### Work item
Using the data beneath this instruction, retype only the lines from the one that contains "v -30.592 29 49.062" down to the one that contains "v 19.356 1.698 46", both included, exactly as they appear.

***

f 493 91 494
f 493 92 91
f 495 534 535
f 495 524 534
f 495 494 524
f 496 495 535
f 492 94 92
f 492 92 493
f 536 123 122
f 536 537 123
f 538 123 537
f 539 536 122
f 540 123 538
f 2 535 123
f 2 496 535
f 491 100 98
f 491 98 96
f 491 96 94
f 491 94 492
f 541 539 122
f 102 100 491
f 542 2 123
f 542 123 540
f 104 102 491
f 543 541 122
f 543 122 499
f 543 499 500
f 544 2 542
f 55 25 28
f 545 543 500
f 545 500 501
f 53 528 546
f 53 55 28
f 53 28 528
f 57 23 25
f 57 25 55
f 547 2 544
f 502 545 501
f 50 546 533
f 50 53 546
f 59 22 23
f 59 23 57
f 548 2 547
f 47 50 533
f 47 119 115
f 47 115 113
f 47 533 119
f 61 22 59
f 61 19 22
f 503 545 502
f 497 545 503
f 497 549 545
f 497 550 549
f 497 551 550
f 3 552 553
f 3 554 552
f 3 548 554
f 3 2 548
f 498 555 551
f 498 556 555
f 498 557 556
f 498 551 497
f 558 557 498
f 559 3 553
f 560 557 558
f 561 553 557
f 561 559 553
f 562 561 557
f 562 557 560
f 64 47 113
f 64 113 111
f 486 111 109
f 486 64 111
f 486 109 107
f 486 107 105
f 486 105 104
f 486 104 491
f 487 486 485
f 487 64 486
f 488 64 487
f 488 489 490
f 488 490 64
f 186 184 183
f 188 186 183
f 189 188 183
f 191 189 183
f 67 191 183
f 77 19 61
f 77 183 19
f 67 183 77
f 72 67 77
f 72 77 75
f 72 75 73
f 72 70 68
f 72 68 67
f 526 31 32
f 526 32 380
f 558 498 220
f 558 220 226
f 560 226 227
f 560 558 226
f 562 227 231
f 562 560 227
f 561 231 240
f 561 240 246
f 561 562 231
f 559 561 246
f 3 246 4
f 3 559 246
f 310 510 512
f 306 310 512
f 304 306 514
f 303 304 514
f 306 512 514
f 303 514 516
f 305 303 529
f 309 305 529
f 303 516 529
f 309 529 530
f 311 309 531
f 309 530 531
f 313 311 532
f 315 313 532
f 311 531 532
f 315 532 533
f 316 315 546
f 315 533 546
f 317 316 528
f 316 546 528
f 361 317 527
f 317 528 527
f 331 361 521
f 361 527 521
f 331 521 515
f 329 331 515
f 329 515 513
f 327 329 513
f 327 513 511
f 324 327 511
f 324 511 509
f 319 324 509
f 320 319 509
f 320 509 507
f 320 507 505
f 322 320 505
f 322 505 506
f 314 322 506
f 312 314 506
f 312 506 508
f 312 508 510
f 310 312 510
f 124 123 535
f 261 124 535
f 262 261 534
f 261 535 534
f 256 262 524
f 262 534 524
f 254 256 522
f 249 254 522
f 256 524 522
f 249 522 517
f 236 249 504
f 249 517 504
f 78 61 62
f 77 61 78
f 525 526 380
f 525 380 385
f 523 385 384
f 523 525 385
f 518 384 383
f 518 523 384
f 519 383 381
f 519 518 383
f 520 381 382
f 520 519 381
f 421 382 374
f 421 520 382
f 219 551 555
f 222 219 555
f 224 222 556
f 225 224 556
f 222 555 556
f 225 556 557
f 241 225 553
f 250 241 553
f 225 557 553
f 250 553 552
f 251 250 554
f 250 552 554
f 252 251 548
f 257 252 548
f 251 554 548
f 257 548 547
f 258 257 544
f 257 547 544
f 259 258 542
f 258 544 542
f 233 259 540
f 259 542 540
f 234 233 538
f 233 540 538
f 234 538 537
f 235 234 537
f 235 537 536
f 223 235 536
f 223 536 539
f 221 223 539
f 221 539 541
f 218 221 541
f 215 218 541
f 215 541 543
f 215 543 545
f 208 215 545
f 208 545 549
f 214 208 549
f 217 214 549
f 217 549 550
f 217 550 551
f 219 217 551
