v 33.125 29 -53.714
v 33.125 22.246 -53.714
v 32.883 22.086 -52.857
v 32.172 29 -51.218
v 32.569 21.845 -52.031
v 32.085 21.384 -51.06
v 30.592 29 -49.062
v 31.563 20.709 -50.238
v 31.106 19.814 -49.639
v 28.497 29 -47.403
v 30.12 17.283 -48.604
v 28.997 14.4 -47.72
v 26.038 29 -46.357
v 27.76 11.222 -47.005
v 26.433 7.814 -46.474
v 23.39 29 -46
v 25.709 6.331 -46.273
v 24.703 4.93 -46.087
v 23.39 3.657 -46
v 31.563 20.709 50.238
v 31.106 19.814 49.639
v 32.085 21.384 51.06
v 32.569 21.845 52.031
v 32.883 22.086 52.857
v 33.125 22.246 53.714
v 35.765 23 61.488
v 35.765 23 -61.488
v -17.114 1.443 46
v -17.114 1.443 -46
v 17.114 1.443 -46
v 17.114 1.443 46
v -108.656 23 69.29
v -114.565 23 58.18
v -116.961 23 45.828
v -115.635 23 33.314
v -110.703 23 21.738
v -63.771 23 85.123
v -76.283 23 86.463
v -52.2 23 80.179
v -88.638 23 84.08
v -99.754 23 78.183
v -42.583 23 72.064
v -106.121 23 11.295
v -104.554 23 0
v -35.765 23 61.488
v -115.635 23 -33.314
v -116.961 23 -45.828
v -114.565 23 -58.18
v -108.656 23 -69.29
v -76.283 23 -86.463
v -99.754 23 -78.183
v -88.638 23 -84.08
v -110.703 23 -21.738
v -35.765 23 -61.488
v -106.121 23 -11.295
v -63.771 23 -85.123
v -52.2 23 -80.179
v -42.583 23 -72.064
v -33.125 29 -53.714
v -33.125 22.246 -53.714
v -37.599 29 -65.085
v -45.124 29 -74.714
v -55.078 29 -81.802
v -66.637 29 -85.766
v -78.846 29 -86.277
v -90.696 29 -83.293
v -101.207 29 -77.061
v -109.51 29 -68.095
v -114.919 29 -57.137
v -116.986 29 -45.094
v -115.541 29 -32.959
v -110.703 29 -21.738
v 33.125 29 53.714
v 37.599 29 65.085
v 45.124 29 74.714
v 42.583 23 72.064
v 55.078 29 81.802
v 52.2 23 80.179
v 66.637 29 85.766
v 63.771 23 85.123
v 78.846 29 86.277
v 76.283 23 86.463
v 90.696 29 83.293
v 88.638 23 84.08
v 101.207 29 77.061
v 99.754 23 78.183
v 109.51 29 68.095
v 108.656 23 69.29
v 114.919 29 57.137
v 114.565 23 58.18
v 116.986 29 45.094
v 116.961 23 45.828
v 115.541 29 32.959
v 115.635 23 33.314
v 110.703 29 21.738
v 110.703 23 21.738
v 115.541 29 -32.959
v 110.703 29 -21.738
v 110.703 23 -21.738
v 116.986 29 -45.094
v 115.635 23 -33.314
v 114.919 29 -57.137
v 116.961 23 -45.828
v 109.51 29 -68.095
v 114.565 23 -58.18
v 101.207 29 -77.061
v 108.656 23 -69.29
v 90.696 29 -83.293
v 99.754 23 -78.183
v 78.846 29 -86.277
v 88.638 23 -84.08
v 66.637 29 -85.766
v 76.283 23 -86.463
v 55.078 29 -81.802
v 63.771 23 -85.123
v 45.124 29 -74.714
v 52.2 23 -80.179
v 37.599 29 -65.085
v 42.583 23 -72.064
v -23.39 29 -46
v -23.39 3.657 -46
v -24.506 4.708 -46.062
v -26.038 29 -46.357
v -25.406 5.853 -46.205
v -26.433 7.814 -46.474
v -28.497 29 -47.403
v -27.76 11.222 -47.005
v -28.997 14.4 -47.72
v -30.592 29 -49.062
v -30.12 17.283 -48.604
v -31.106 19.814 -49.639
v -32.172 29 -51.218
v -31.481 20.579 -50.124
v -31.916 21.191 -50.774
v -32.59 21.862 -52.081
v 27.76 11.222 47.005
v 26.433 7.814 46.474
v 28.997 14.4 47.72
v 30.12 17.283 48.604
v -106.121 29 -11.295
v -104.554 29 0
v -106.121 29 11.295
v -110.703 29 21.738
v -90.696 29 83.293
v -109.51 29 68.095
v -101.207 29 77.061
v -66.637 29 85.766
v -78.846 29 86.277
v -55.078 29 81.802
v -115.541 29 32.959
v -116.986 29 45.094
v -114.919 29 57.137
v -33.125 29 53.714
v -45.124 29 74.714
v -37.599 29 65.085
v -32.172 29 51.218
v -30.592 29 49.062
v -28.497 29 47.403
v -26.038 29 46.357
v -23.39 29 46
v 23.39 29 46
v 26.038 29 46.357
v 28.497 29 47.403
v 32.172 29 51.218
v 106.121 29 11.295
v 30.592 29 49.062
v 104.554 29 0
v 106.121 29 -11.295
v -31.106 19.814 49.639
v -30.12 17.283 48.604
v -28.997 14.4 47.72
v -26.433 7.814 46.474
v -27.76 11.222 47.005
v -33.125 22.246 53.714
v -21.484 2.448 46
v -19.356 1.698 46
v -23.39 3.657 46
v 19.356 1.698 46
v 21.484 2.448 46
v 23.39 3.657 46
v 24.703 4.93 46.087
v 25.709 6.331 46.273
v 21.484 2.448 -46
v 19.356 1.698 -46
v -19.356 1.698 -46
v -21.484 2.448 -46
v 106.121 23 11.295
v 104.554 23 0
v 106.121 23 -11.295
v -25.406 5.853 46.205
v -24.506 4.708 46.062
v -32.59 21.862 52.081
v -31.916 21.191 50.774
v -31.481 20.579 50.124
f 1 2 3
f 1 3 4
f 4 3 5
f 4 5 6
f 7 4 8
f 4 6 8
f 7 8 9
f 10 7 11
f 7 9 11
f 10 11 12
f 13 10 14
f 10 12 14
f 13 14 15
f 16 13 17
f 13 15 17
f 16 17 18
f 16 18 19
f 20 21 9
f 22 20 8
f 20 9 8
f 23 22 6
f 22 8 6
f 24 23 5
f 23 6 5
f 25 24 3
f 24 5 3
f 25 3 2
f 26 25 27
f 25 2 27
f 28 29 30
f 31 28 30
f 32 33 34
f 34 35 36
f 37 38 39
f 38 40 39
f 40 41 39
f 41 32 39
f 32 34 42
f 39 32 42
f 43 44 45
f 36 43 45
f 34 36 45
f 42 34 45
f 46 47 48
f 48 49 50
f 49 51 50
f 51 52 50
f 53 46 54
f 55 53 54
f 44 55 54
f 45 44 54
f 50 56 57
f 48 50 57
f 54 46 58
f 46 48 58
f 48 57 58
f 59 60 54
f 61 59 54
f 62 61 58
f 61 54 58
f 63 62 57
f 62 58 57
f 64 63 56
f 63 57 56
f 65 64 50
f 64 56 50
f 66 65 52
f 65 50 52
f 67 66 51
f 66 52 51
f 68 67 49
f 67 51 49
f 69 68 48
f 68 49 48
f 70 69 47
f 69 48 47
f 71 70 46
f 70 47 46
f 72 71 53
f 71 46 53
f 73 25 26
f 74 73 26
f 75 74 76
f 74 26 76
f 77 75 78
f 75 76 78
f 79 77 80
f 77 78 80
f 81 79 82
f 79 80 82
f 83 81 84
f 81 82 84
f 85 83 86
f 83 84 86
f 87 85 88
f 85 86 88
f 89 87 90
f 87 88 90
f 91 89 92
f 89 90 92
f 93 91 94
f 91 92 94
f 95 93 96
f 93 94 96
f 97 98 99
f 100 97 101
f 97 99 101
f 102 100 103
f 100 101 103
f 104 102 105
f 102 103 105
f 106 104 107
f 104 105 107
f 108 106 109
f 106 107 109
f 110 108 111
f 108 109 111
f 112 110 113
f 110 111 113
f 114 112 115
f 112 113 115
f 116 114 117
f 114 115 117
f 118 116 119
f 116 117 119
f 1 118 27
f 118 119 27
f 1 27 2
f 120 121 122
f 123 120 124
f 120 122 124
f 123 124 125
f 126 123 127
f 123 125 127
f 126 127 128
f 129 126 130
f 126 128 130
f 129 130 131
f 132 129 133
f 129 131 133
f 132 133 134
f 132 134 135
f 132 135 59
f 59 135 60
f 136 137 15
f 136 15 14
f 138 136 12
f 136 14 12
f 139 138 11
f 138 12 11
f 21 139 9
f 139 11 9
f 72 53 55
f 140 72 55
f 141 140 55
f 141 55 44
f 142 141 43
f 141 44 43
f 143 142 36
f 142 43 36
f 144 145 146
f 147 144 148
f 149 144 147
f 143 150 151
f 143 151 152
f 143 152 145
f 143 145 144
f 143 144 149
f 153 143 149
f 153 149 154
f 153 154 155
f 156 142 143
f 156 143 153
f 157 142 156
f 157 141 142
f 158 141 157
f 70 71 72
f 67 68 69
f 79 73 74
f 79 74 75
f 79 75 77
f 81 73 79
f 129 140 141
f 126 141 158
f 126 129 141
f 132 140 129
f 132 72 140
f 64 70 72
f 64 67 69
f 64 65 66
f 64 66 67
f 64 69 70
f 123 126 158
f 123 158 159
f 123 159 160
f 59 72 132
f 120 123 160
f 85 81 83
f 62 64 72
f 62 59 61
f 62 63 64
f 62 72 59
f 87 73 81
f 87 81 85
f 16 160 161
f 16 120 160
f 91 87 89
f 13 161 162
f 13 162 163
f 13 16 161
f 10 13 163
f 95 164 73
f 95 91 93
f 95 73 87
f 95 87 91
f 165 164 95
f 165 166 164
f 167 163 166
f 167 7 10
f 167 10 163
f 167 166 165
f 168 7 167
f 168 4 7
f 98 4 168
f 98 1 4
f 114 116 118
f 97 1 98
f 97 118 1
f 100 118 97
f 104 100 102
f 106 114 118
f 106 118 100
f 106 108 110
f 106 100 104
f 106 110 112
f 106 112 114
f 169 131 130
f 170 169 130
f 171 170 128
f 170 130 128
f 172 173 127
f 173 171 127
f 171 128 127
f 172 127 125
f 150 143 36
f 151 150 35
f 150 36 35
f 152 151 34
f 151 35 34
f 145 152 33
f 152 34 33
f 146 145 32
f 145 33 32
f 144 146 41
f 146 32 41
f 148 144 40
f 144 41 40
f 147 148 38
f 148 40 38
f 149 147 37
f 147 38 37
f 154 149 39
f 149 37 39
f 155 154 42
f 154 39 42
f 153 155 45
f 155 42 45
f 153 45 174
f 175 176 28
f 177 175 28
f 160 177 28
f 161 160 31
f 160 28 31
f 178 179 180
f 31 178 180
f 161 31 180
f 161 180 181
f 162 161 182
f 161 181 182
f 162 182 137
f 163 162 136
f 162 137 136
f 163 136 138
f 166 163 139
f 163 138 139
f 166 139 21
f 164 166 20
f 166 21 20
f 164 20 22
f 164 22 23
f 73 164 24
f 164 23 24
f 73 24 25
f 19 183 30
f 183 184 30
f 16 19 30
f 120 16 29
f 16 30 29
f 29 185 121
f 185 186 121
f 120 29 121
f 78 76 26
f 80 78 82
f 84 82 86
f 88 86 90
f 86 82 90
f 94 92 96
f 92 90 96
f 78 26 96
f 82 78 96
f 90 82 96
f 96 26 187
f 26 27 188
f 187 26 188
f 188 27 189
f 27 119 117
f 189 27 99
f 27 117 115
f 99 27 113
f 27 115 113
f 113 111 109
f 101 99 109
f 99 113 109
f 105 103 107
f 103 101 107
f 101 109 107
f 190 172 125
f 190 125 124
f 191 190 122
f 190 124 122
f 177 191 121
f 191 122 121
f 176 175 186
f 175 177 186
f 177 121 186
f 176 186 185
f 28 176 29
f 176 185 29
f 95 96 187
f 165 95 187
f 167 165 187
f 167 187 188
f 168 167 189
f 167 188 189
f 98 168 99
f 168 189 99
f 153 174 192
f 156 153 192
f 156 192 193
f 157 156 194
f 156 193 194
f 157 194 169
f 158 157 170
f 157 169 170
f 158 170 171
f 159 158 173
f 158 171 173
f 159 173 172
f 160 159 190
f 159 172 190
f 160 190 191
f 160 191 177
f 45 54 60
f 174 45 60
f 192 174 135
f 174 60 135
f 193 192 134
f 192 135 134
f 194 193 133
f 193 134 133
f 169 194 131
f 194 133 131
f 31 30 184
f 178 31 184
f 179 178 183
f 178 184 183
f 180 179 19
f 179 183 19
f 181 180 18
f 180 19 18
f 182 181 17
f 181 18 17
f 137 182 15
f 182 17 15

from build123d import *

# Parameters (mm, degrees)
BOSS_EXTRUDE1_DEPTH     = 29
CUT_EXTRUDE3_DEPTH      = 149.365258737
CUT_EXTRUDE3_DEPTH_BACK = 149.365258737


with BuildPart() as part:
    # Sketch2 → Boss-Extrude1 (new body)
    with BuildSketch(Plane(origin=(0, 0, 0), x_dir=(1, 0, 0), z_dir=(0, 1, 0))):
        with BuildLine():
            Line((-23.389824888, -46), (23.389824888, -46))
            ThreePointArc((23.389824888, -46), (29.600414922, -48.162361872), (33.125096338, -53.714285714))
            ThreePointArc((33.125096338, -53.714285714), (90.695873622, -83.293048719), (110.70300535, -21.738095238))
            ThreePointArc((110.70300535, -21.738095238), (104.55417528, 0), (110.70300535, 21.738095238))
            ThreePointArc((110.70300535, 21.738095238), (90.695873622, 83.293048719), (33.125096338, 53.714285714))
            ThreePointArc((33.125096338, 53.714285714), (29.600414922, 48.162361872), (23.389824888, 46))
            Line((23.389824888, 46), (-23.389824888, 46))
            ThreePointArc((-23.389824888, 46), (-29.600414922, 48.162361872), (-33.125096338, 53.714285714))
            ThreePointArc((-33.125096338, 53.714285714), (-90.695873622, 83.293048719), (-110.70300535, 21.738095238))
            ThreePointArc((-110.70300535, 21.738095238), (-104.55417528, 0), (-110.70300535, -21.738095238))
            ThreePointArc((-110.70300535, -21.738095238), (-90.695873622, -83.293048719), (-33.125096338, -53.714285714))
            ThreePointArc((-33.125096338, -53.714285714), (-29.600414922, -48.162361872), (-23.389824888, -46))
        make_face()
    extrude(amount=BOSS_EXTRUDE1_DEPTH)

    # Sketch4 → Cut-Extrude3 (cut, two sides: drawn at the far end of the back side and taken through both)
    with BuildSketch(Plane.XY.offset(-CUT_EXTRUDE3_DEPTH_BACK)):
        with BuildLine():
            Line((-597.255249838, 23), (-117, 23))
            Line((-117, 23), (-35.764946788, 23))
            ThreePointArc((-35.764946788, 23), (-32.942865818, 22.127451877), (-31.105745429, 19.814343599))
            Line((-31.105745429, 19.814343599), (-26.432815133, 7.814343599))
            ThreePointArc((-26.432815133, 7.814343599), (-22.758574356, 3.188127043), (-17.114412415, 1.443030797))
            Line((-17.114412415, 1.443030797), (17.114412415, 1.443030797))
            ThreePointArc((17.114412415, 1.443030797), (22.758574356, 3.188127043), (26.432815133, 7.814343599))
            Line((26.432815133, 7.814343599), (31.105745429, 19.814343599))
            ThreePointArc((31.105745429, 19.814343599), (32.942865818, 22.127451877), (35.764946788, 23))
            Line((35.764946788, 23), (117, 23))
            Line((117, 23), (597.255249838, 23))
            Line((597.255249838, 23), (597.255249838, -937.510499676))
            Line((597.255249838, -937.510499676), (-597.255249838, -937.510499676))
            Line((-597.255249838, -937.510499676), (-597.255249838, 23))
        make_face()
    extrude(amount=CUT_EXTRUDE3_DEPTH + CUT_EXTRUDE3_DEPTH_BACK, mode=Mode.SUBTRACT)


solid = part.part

***

### Your solution
v -30.592 29 49.062
v -28.497 29 47.403
v -26.038 29 46.357
v -23.39 29 46
v 23.39 29 46
v 26.038 29 46.357
v 28.497 29 47.403
v 32.172 29 51.218
v 106.121 29 11.295
v 30.592 29 49.062
v 104.554 29 0
v 106.121 29 -11.295
v -31.106 19.814 49.639
v -30.12 17.283 48.604
v -28.997 14.4 47.72
v -26.433 7.814 46.474
v -27.76 11.222 47.005
v -33.125 22.246 53.714
v -21.484 2.448 46
v -19.356 1.698 46
v -23.39 3.657 46
v 19.356 1.698 46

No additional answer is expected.